In a multi-plex TMT experiment, each plex is a separate MS run. Protein intensities within a plex are directly comparable, but intensities across plexes are not — they differ due to loading variation, MS sensitivity drift, and other technical factors.

The Solution

IRS uses reference channels (e.g., pooled samples) that are present in every plex as anchors.

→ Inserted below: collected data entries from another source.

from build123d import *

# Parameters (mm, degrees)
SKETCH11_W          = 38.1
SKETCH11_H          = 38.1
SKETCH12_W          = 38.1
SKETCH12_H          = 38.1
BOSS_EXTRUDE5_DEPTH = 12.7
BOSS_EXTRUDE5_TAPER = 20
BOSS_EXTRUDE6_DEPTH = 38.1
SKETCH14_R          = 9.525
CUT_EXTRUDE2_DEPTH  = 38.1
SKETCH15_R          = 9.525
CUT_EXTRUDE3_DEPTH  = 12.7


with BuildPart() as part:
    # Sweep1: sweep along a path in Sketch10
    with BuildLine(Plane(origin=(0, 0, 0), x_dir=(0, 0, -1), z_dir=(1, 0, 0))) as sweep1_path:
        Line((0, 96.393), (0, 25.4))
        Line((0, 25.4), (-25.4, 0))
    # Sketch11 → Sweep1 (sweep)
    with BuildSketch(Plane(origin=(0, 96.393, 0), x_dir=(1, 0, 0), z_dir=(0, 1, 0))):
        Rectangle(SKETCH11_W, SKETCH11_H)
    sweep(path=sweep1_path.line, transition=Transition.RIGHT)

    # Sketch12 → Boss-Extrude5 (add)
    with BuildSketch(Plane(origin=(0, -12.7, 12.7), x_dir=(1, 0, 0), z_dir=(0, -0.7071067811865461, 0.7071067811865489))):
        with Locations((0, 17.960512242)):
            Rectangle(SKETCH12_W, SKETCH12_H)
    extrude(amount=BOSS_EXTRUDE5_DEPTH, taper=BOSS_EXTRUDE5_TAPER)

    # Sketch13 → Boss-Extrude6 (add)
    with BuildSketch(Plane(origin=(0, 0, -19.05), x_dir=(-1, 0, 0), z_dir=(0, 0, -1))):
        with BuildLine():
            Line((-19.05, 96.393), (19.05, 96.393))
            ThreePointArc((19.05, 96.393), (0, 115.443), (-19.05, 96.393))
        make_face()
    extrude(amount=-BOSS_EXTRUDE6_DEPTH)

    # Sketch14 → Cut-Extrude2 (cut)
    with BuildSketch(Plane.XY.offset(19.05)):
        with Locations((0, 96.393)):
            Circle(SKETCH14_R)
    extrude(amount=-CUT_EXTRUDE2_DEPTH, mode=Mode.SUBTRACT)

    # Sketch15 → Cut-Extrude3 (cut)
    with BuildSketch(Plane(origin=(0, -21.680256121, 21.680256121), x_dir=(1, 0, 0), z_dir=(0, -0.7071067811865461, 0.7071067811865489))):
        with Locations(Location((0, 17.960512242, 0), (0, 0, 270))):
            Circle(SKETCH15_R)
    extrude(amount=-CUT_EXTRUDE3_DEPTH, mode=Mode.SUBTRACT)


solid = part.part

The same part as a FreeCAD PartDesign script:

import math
import FreeCAD as App
import Part
import Sketcher

V = App.Vector
Q = App.Units.Quantity


def add_polygon(sketch, points):
    """Adds a closed chain of lines whose ends are joined by coincident constraints."""
    first, n = sketch.GeometryCount, len(points)
    for a, b in zip(points, points[1:] + points[:1]):
        sketch.addGeometry(Part.LineSegment(App.Vector(*a, 0), App.Vector(*b, 0)), False)
    for i in range(n):
        sketch.addConstraint(Sketcher.Constraint("Coincident", first + i, 2, first + (i + 1) % n, 1))

doc = App.newDocument("Part")
params = doc.addObject("Spreadsheet::Sheet", "Params")
for row, (alias, value) in enumerate([
    ("sketch1_width", "1.5 in"),
    ("sketch2_width", "2.795 in"),
    ("sketch3_width", "1.5 in"),
    ("pad1_length", "0.5 in"),
    ("pad1_taper", "-20 deg"),
    ("sketch4_radius", "0.75 in"),
    ("pad2_length", "1.5 in"),
    ("sketch5_diameter", "0.75 in"),
    ("pocket1_length", "1.5 in"),
    ("sketch6_diameter", "0.75 in"),
    ("pocket2_length", "0.5 in"),
], start=1):
    params.set(f"A{row}", alias)
    params.set(f"B{row}", "=" + value)
    params.setAlias(f"B{row}", alias)

body = doc.addObject("PartDesign::Body", "Body")

# Sketch on XZ plane
sketch1 = body.newObject("Sketcher::SketchObject", "Sketch")
sketch1.AttachmentSupport = (doc.getObject("XZ_Plane"), [""])
sketch1.MapMode = "FlatFace"
sketch1.AttachmentOffset = App.Placement(V(0, 0, -3.795 * 25.4), App.Rotation())
add_polygon(sketch1, [(-19.05, -19.05), (-19.05, 19.05), (19.05, 19.05), (19.05, -19.05)])  # lines 0-3
sketch1.addConstraint([
    Sketcher.Constraint("Vertical", 0),
    Sketcher.Constraint("Horizontal", 1),
    Sketcher.Constraint("Vertical", 2),
    Sketcher.Constraint("Horizontal", 3),
    Sketcher.Constraint("Symmetric", 0, 2, 2, 2, -1, 1),
    Sketcher.Constraint("Equal", 3, 0),
    Sketcher.Constraint("DistanceX", 1, 1, 1, 2, Q("1.5 in")),
])
sketch1.setExpression("Constraints[10]", "Params.sketch1_width")

# Sketch on YZ plane
sketch2 = body.newObject("Sketcher::SketchObject", "Sketch001")
sketch2.AttachmentSupport = (doc.getObject("YZ_Plane"), [""])
sketch2.MapMode = "FlatFace"
sketch2.addGeometry([
    Part.LineSegment(V(96.393, 0, 0), V(25.4, 0, 0)),
    Part.LineSegment(V(25.4, 0, 0), V(0, 25.4, 0)),
], False)
sketch2.addConstraint([
    Sketcher.Constraint("Coincident", 0, 2, 1, 1),
    Sketcher.Constraint("Horizontal", 0),
    Sketcher.Constraint("PointOnObject", 0, 1, -1),
    Sketcher.Constraint("PointOnObject", 1, 2, -2),
    Sketcher.Constraint("DistanceX", -1, 1, 0, 2, Q("1 in")),
    Sketcher.Constraint("DistanceY", -1, 1, 1, 2, Q("1 in")),
    Sketcher.Constraint("DistanceX", 0, 2, 0, 1, Q("2.795 in")),
])
sketch2.setExpression("Constraints[6]", "Params.sketch2_width")
doc.recompute()

additivepipe = body.newObject("PartDesign::AdditivePipe", "AdditivePipe")
additivepipe.Profile = sketch1
additivepipe.Spine = (sketch2, ["Edge1", "Edge2"])
additivepipe.Transition = "Right corner"

# Sketch on an angled plane
sketch3 = body.newObject("Sketcher::SketchObject", "Sketch002")
sketch3.Placement = App.Placement(V(0, -12.7, 12.7), App.Rotation(V(1, 0, 0), V(0, 0.707106781, 0.707106781), V(0, -0.707106781, 0.707106781), "ZXY"))
add_polygon(sketch3, [(-19.05, 37.010512), (-19.05, -1.089488), (19.05, -1.089488), (19.05, 37.010512)])  # lines 0-3
sketch3.addConstraint([
    Sketcher.Constraint("Vertical", 0),
    Sketcher.Constraint("Horizontal", 1),
    Sketcher.Constraint("Vertical", 2),
    Sketcher.Constraint("Horizontal", 3),
    Sketcher.Constraint("Equal", 3, 0),
    Sketcher.Constraint("DistanceX", 1, 1, 1, 2, Q("1.5 in")),
    Sketcher.Constraint("DistanceX", 0, 2, -1, 1, Q("0.75 in")),
    Sketcher.Constraint("DistanceY", 0, 2, -1, 1, Q("1.089488 mm")),
])
sketch3.setExpression("Constraints[9]", "Params.sketch3_width")
pad1 = body.newObject("PartDesign::Pad", "Pad")
pad1.Profile = sketch3
pad1.setExpression("Length", "Params.pad1_length")
pad1.setExpression("TaperAngle", "Params.pad1_taper")

# Sketch on XY plane
sketch4 = body.newObject("Sketcher::SketchObject", "Sketch003")
sketch4.AttachmentSupport = (doc.getObject("XY_Plane"), [""])
sketch4.MapMode = "FlatFace"
sketch4.AttachmentOffset = App.Placement(V(0, 0, -0.75 * 25.4), App.Rotation())
sketch4.addGeometry([
    Part.LineSegment(V(19.05, 96.393, 0), V(-19.05, 96.393, 0)),
    Part.ArcOfCircle(Part.Circle(V(0, 96.393, 0), V(0, 0, 1), 19.05), math.radians(0), math.radians(180)),
], False)
sketch4.addConstraint([
    Sketcher.Constraint("Coincident", 0, 1, 1, 1),
    Sketcher.Constraint("Coincident", 1, 2, 0, 2),
    Sketcher.Constraint("Horizontal", 0),
    Sketcher.Constraint("PointOnObject", 1, 3, -2),
    Sketcher.Constraint("Horizontal", 1, 3, 0, 1),
    Sketcher.Constraint("Radius", 1, Q("0.75 in")),
    Sketcher.Constraint("DistanceY", -1, 1, 1, 3, Q("3.795 in")),
])
sketch4.setExpression("Constraints[5]", "Params.sketch4_radius")
pad2 = body.newObject("PartDesign::Pad", "Pad001")
pad2.Profile = sketch4
pad2.setExpression("Length", "Params.pad2_length")

# Sketch on XY plane
sketch5 = body.newObject("Sketcher::SketchObject", "Sketch004")
sketch5.AttachmentSupport = (doc.getObject("XY_Plane"), [""])
sketch5.MapMode = "FlatFace"
sketch5.AttachmentOffset = App.Placement(V(0, 0, 0.75 * 25.4), App.Rotation())
sketch5.addGeometry(Part.Circle(V(0, 96.393, 0), V(0, 0, 1), 9.525), False)
sketch5.addConstraint([
    Sketcher.Constraint("PointOnObject", 0, 3, -2),
    Sketcher.Constraint("Diameter", 0, Q("0.75 in")),
    Sketcher.Constraint("DistanceY", -1, 1, 0, 3, Q("3.795 in")),
])
sketch5.setExpression("Constraints[1]", "Params.sketch5_diameter")
pocket1 = body.newObject("PartDesign::Pocket", "Pocket")
pocket1.Profile = sketch5
pocket1.setExpression("Length", "Params.pocket1_length")

# Sketch on an angled plane
sketch6 = body.newObject("Sketcher::SketchObject", "Sketch005")
sketch6.Placement = App.Placement(V(0, -21.680256, 21.680256), App.Rotation(V(1, 0, 0), V(0, 0.707106781, 0.707106781), V(0, -0.707106781, 0.707106781), "ZXY"))
sketch6.addGeometry(Part.Circle(V(0, 17.960512, 0), V(0, 0, 1), 9.525), False)
sketch6.addConstraint([
    Sketcher.Constraint("PointOnObject", 0, 3, -2),
    Sketcher.Constraint("Diameter", 0, Q("0.75 in")),
    Sketcher.Constraint("DistanceY", -1, 1, 0, 3, Q("17.960512 mm")),
])
sketch6.setExpression("Constraints[1]", "Params.sketch6_diameter")
pocket2 = body.newObject("PartDesign::Pocket", "Pocket001")
pocket2.Profile = sketch6
pocket2.setExpression("Length", "Params.pocket2_length")

doc.recompute()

By scaling each plex so that reference channel intensities match, all samples become comparable.

graph LR
    subgraph Plex 1
        P1S1[Sample 1] --- P1R[Reference]
        P1S2[Sample 2] --- P1R
    end
    subgraph Plex 2
        P2S3[Sample 3] --- P2R[Reference]
        P2S4[Sample 4] --- P2R
    end
    P1R -->|Scale to match| G[Global Reference]
    P2R -->|Scale to match| G

Scaling Formula

For each protein in each plex:

$$\text{adjusted} = \text{raw} \times \frac{\text{global_ref}}{\text{plex_ref}}$$

Where:

  • plex_ref = median (or mean) of reference channel intensities within the plex
  • global_ref = geometric mean of plex_ref values across all plexes

Reference Sample Detection

mokume automatically detects reference samples from SDRF metadata using a priority chain:

Priority Method SDRF Source
1 characteristics[pooled sample] column Values: "pooled" or "SN=sample1;SN=sample2"
2 Explicit sample names --irs-reference-samples CLI option
3 Column + values --irs-sdrf-column + --irs-sdrf-values
4 Regex scan Searches all factor/characteristic columns for pattern

Default regex: pool|powder|ref|reference|bridge

Plex Detection

Plexes are detected from quantms-style source names in the SDRF:

Source Name Detected Plex
p1_1 p1
p1_10 p1
p2_3 p2

The naming convention is {plex}_{channel}, where the plex ID is everything before the last _digit.

Usage

CLI

# Auto-detect references from SDRF
mokume features2proteins \
    -p data.parquet -o proteins.csv -s experiment.sdrf.tsv \
    --quant-method median \
    --irs --irs-remove-reference

# Explicit reference samples
mokume features2proteins \
    -p data.parquet -o proteins.csv -s experiment.sdrf.tsv \
    --irs --irs-reference-samples "p1_11,p2_11"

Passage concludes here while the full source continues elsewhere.